■ Task directions: In the listing below, a line holding "ThreePointArc((-3, -31.859064644), (0, -32), (3, -31.859064644))" and a line holding "Line((-26.090759323, -18.527608533), (-16.5, -12.990381057))" mark the range. Retype both exactly, with all lines between them.

■ Dataset:
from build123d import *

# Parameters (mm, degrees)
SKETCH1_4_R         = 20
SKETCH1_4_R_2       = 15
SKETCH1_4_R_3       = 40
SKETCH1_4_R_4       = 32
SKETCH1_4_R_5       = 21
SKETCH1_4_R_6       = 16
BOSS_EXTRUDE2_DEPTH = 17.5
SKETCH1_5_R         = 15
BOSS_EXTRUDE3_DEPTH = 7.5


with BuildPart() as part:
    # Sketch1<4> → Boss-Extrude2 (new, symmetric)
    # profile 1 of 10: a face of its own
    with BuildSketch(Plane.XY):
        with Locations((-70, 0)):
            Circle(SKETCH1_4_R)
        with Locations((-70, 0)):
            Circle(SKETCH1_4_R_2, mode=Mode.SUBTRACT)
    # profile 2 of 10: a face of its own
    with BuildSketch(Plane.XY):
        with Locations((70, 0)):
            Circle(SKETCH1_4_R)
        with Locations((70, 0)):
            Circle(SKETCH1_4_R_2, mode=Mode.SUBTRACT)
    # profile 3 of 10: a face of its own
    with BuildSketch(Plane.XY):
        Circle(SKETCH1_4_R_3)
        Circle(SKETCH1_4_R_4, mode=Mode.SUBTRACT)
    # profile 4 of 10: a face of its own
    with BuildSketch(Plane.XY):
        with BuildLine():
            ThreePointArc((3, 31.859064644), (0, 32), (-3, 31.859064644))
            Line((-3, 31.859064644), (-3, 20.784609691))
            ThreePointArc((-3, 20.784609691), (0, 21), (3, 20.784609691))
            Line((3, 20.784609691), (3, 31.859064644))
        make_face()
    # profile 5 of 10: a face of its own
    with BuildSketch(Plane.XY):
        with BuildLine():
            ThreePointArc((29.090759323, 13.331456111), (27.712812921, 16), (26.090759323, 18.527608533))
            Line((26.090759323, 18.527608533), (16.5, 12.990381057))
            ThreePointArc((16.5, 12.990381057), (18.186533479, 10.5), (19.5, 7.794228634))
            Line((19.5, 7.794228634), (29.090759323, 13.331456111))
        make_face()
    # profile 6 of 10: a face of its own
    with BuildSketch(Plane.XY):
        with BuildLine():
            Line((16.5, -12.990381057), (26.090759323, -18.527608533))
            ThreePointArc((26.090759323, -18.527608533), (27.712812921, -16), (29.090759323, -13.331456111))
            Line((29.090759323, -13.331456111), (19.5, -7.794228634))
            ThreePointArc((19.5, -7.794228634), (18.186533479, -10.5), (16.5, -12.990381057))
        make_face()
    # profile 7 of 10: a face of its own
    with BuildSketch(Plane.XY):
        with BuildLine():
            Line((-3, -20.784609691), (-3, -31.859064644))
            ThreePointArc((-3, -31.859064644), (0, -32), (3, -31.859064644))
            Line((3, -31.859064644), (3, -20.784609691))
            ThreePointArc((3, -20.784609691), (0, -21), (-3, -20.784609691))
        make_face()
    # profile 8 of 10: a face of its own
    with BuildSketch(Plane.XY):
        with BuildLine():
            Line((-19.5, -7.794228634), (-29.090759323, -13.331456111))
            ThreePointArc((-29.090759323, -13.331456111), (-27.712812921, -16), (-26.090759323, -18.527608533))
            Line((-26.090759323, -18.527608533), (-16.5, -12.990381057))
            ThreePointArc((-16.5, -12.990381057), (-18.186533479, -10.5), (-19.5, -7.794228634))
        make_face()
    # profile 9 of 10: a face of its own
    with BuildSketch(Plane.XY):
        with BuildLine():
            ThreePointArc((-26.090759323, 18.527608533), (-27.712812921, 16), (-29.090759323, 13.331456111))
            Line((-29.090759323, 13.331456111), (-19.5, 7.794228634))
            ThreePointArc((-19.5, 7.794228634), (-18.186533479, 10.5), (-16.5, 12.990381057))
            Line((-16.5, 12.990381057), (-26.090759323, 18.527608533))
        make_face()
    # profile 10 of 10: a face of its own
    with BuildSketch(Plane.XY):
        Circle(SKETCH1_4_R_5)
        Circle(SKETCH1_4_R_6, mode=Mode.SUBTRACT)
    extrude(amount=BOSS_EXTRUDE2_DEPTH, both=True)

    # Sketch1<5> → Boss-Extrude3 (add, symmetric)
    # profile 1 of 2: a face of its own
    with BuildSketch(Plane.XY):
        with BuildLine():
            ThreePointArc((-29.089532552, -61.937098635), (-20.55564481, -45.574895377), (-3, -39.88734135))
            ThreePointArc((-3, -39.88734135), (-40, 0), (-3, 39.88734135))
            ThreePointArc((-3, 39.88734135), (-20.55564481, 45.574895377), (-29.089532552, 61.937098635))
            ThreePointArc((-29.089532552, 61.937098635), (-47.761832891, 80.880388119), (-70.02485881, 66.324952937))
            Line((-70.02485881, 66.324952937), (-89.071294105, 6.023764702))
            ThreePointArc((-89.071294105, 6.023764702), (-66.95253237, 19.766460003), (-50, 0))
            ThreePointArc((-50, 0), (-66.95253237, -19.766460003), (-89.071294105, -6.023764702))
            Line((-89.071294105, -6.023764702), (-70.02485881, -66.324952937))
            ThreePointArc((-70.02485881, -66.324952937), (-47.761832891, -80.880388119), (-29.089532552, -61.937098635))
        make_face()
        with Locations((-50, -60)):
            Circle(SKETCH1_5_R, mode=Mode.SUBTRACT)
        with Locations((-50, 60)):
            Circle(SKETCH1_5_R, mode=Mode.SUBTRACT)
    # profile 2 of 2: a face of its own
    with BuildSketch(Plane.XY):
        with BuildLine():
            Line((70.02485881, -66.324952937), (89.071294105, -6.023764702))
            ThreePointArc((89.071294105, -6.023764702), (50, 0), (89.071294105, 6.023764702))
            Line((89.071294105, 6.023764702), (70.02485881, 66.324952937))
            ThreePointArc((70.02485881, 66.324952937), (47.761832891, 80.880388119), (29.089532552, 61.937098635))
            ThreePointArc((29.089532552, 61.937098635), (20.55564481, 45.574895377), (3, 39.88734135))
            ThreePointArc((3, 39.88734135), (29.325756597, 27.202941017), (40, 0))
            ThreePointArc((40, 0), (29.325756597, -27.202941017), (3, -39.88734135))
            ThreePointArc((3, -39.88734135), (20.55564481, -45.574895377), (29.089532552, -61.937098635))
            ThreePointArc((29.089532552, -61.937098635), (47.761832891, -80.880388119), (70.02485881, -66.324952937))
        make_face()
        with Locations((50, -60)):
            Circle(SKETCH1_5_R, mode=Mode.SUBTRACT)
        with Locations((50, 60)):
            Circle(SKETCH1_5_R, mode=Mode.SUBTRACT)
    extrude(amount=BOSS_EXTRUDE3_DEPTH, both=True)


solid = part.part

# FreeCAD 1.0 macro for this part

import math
import FreeCAD as App
import Part
import Sketcher
Q = App.Units.Quantity

doc = App.newDocument("Part")
params = doc.addObject("Spreadsheet::Sheet", "Params")
for row, (alias, value) in enumerate([
    ("sketch1_diameter", "40 mm"),
    ("sketch1_diameter2", "30 mm"),
    ("sketch1_diameter3", "80 mm"),
    ("sketch1_diameter4", "32 mm"),
    ("sketch1_radius", "32 mm"),
    ("pad1_length", "35 mm"),
    ("sketch2_diameter", "30 mm"),
    ("sketch2_radius", "40 mm"),
    ("sketch2_radius2", "21 mm"),
    ("sketch2_radius3", "20 mm"),
    ("pad2_length", "15 mm"),
], start=1):
    params.set(f"A{row}", alias)
    params.set(f"B{row}", "=" + value)
    params.setAlias(f"B{row}", alias)

body = doc.addObject("PartDesign::Body", "Body")
body.AllowCompound = True

# Sketch on XY plane
sketch1 = body.newObject("Sketcher::SketchObject", "Sketch")
sketch1.AttachmentSupport = (doc.getObject("XY_Plane"), [""])
sketch1.MapMode = "FlatFace"
sketch1.addGeometry(Part.Circle(App.Vector(-70, 0, 0), App.Vector(0, 0, 1), 20), False)
sketch1.addGeometry(Part.Circle(App.Vector(-70, 0, 0), App.Vector(0, 0, 1), 15), False)
sketch1.addGeometry(Part.Circle(App.Vector(70, 0, 0), App.Vector(0, 0, 1), 20), False)
sketch1.addGeometry(Part.Circle(App.Vector(70, 0, 0), App.Vector(0, 0, 1), 15), False)
sketch1.addGeometry(Part.Circle(App.Vector(0, 0, 0), App.Vector(0, 0, 1), 40), False)
sketch1.addGeometry(Part.ArcOfCircle(Part.Circle(App.Vector(0, 0, 0), App.Vector(0, 0, 1), 32), math.radians(-24.620621), math.radians(24.620621)), False)
sketch1.addGeometry(Part.LineSegment(App.Vector(29.090759, -13.331456, 0), App.Vector(19.5, -7.794229, 0)), False)
sketch1.addGeometry(Part.ArcOfCircle(Part.Circle(App.Vector(0, 0, 0), App.Vector(0, 0, 1), 21), math.radians(-21.786789), math.radians(21.786789)), False)
sketch1.addGeometry(Part.LineSegment(App.Vector(19.5, 7.794229, 0), App.Vector(29.090759, 13.331456, 0)), False)
sketch1.addGeometry(Part.ArcOfCircle(Part.Circle(App.Vector(0, 0, 0), App.Vector(0, 0, 1), 32), math.radians(35.379379), math.radians(84.620621)), False)
sketch1.addGeometry(Part.LineSegment(App.Vector(26.090759, 18.527609, 0), App.Vector(16.5, 12.990381, 0)), False)
sketch1.addGeometry(Part.ArcOfCircle(Part.Circle(App.Vector(0, 0, 0), App.Vector(0, 0, 1), 21), math.radians(38.213211), math.radians(81.786789)), False)
sketch1.addGeometry(Part.LineSegment(App.Vector(3, 20.78461, 0), App.Vector(3, 31.859065, 0)), False)
sketch1.addGeometry(Part.ArcOfCircle(Part.Circle(App.Vector(0, 0, 0), App.Vector(0, 0, 1), 32), math.radians(95.379379), math.radians(144.620621)), False)
sketch1.addGeometry(Part.LineSegment(App.Vector(-3, 31.859065, 0), App.Vector(-3, 20.78461, 0)), False)
sketch1.addGeometry(Part.ArcOfCircle(Part.Circle(App.Vector(0, 0, 0), App.Vector(0, 0, 1), 21), math.radians(98.213211), math.radians(141.786789)), False)
sketch1.addGeometry(Part.LineSegment(App.Vector(-16.5, 12.990381, 0), App.Vector(-26.090759, 18.527609, 0)), False)
sketch1.addGeometry(Part.ArcOfCircle(Part.Circle(App.Vector(0, 0, 0), App.Vector(0, 0, 1), 32), math.radians(155.379379), math.radians(204.620621)), False)
sketch1.addGeometry(Part.LineSegment(App.Vector(-29.090759, 13.331456, 0), App.Vector(-19.5, 7.794229, 0)), False)
sketch1.addGeometry(Part.ArcOfCircle(Part.Circle(App.Vector(0, 0, 0), App.Vector(0, 0, 1), 21), math.radians(158.213211), math.radians(201.786789)), False)
sketch1.addGeometry(Part.LineSegment(App.Vector(-19.5, -7.794229, 0), App.Vector(-29.090759, -13.331456, 0)), False)
sketch1.addGeometry(Part.ArcOfCircle(Part.Circle(App.Vector(0, 0, 0), App.Vector(0, 0, 1), 32), math.radians(-144.620621), math.radians(-95.379379)), False)
sketch1.addGeometry(Part.LineSegment(App.Vector(-26.090759, -18.527609, 0), App.Vector(-16.5, -12.990381, 0)), False)
sketch1.addGeometry(Part.ArcOfCircle(Part.Circle(App.Vector(0, 0, 0), App.Vector(0, 0, 1), 21), math.radians(-141.786789), math.radians(-98.213211)), False)
sketch1.addGeometry(Part.LineSegment(App.Vector(-3, -20.78461, 0), App.Vector(-3, -31.859065, 0)), False)
sketch1.addGeometry(Part.ArcOfCircle(Part.Circle(App.Vector(0, 0, 0), App.Vector(0, 0, 1), 32), math.radians(-84.620621), math.radians(-35.379379)), False)
sketch1.addGeometry(Part.LineSegment(App.Vector(3, -31.859065, 0), App.Vector(3, -20.78461, 0)), False)
sketch1.addGeometry(Part.ArcOfCircle(Part.Circle(App.Vector(0, 0, 0), App.Vector(0, 0, 1), 21), math.radians(-81.786789), math.radians(-38.213211)), False)
sketch1.addGeometry(Part.LineSegment(App.Vector(16.5, -12.990381, 0), App.Vector(26.090759, -18.527609, 0)), False)
sketch1.addGeometry(Part.Circle(App.Vector(0, 0, 0), App.Vector(0, 0, 1), 16), False)
sketch1.addConstraint(Sketcher.Constraint("Coincident", 5, 1, 6, 1))
sketch1.addConstraint(Sketcher.Constraint("Coincident", 6, 2, 7, 1))
sketch1.addConstraint(Sketcher.Constraint("Coincident", 7, 2, 8, 1))
sketch1.addConstraint(Sketcher.Constraint("Coincident", 8, 2, 5, 2))
sketch1.addConstraint(Sketcher.Constraint("Coincident", 9, 1, 10, 1))
sketch1.addConstraint(Sketcher.Constraint("Coincident", 10, 2, 11, 1))
sketch1.addConstraint(Sketcher.Constraint("Coincident", 11, 2, 12, 1))
sketch1.addConstraint(Sketcher.Constraint("Coincident", 12, 2, 9, 2))
sketch1.addConstraint(Sketcher.Constraint("Coincident", 13, 1, 14, 1))
sketch1.addConstraint(Sketcher.Constraint("Coincident", 14, 2, 15, 1))
sketch1.addConstraint(Sketcher.Constraint("Coincident", 15, 2, 16, 1))
sketch1.addConstraint(Sketcher.Constraint("Coincident", 16, 2, 13, 2))
sketch1.addConstraint(Sketcher.Constraint("Coincident", 17, 1, 18, 1))
sketch1.addConstraint(Sketcher.Constraint("Coincident", 18, 2, 19, 1))
sketch1.addConstraint(Sketcher.Constraint("Coincident", 19, 2, 20, 1))
sketch1.addConstraint(Sketcher.Constraint("Coincident", 20, 2, 17, 2))
sketch1.addConstraint(Sketcher.Constraint("Coincident", 21, 1, 22, 1))
sketch1.addConstraint(Sketcher.Constraint("Coincident", 22, 2, 23, 1))
sketch1.addConstraint(Sketcher.Constraint("Coincident", 23, 2, 24, 1))
sketch1.addConstraint(Sketcher.Constraint("Coincident", 24, 2, 21, 2))
sketch1.addConstraint(Sketcher.Constraint("Coincident", 25, 1, 26, 1))
sketch1.addConstraint(Sketcher.Constraint("Coincident", 26, 2, 27, 1))
sketch1.addConstraint(Sketcher.Constraint("Coincident", 27, 2, 28, 1))
sketch1.addConstraint(Sketcher.Constraint("Coincident", 28, 2, 25, 2))
sketch1.addConstraint(Sketcher.Constraint("Vertical", 12))
sketch1.addConstraint(Sketcher.Constraint("Vertical", 14))
sketch1.addConstraint(Sketcher.Constraint("Vertical", 24))
sketch1.addConstraint(Sketcher.Constraint("Vertical", 26))
sketch1.addConstraint(Sketcher.Constraint("Coincident", 4, 3, -1, 1))
sketch1.addConstraint(Sketcher.Constraint("Coincident", 5, 3, -1, 1))
sketch1.addConstraint(Sketcher.Constraint("Coincident", 7, 3, -1, 1))
sketch1.addConstraint(Sketcher.Constraint("Coincident", 9, 3, -1, 1))
sketch1.addConstraint(Sketcher.Constraint("Coincident", 11, 3, -1, 1))
sketch1.addConstraint(Sketcher.Constraint("Coincident", 13, 3, -1, 1))
sketch1.addConstraint(Sketcher.Constraint("Coincident", 15, 3, -1, 1))
sketch1.addConstraint(Sketcher.Constraint("Coincident", 17, 3, -1, 1))
sketch1.addConstraint(Sketcher.Constraint("Coincident", 19, 3, -1, 1))
sketch1.addConstraint(Sketcher.Constraint("Coincident", 21, 3, -1, 1))
sketch1.addConstraint(Sketcher.Constraint("Coincident", 23, 3, -1, 1))
sketch1.addConstraint(Sketcher.Constraint("Coincident", 25, 3, -1, 1))
sketch1.addConstraint(Sketcher.Constraint("Coincident", 27, 3, -1, 1))
sketch1.addConstraint(Sketcher.Constraint("Coincident", 29, 3, -1, 1))
sketch1.addConstraint(Sketcher.Constraint("Coincident", 1, 3, 0, 3))
sketch1.addConstraint(Sketcher.Constraint("Coincident", 3, 3, 2, 3))
sketch1.addConstraint(Sketcher.Constraint("Equal", 0, 2))
sketch1.addConstraint(Sketcher.Constraint("Equal", 1, 3))
sketch1.addConstraint(Sketcher.Constraint("Equal", 5, 9))
sketch1.addConstraint(Sketcher.Constraint("Equal", 7, 11))
sketch1.addConstraint(Sketcher.Constraint("Equal", 9, 13))
sketch1.addConstraint(Sketcher.Constraint("Equal", 11, 15))
sketch1.addConstraint(Sketcher.Constraint("Equal", 13, 17))
sketch1.addConstraint(Sketcher.Constraint("Equal", 15, 19))
sketch1.addConstraint(Sketcher.Constraint("Equal", 17, 21))
sketch1.addConstraint(Sketcher.Constraint("Equal", 19, 23))
sketch1.addConstraint(Sketcher.Constraint("Equal", 21, 25))
sketch1.addConstraint(Sketcher.Constraint("Equal", 23, 27))
sketch1.addConstraint(Sketcher.Constraint("Symmetric", 0, 3, 2, 3, -1, 1))
sketch1.addConstraint(Sketcher.Constraint("PointOnObject", 0, 3, -1))
sketch1.addConstraint(Sketcher.Constraint("Parallel", 8, 10))
sketch1.addConstraint(Sketcher.Constraint("Parallel", 6, 16))
sketch1.addConstraint(Sketcher.Constraint("Parallel", 16, 18))
sketch1.addConstraint(Sketcher.Constraint("Parallel", 10, 20))
sketch1.addConstraint(Sketcher.Constraint("Parallel", 20, 22))
sketch1.addConstraint(Sketcher.Constraint("Parallel", 18, 28))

■ Result of the task:
            ThreePointArc((-3, -31.859064644), (0, -32), (3, -31.859064644))
            Line((3, -31.859064644), (3, -20.784609691))
            ThreePointArc((3, -20.784609691), (0, -21), (-3, -20.784609691))
        make_face()
    # profile 8 of 10: a face of its own
    with BuildSketch(Plane.XY):
        with BuildLine():
            Line((-19.5, -7.794228634), (-29.090759323, -13.331456111))
            ThreePointArc((-29.090759323, -13.331456111), (-27.712812921, -16), (-26.090759323, -18.527608533))
            Line((-26.090759323, -18.527608533), (-16.5, -12.990381057))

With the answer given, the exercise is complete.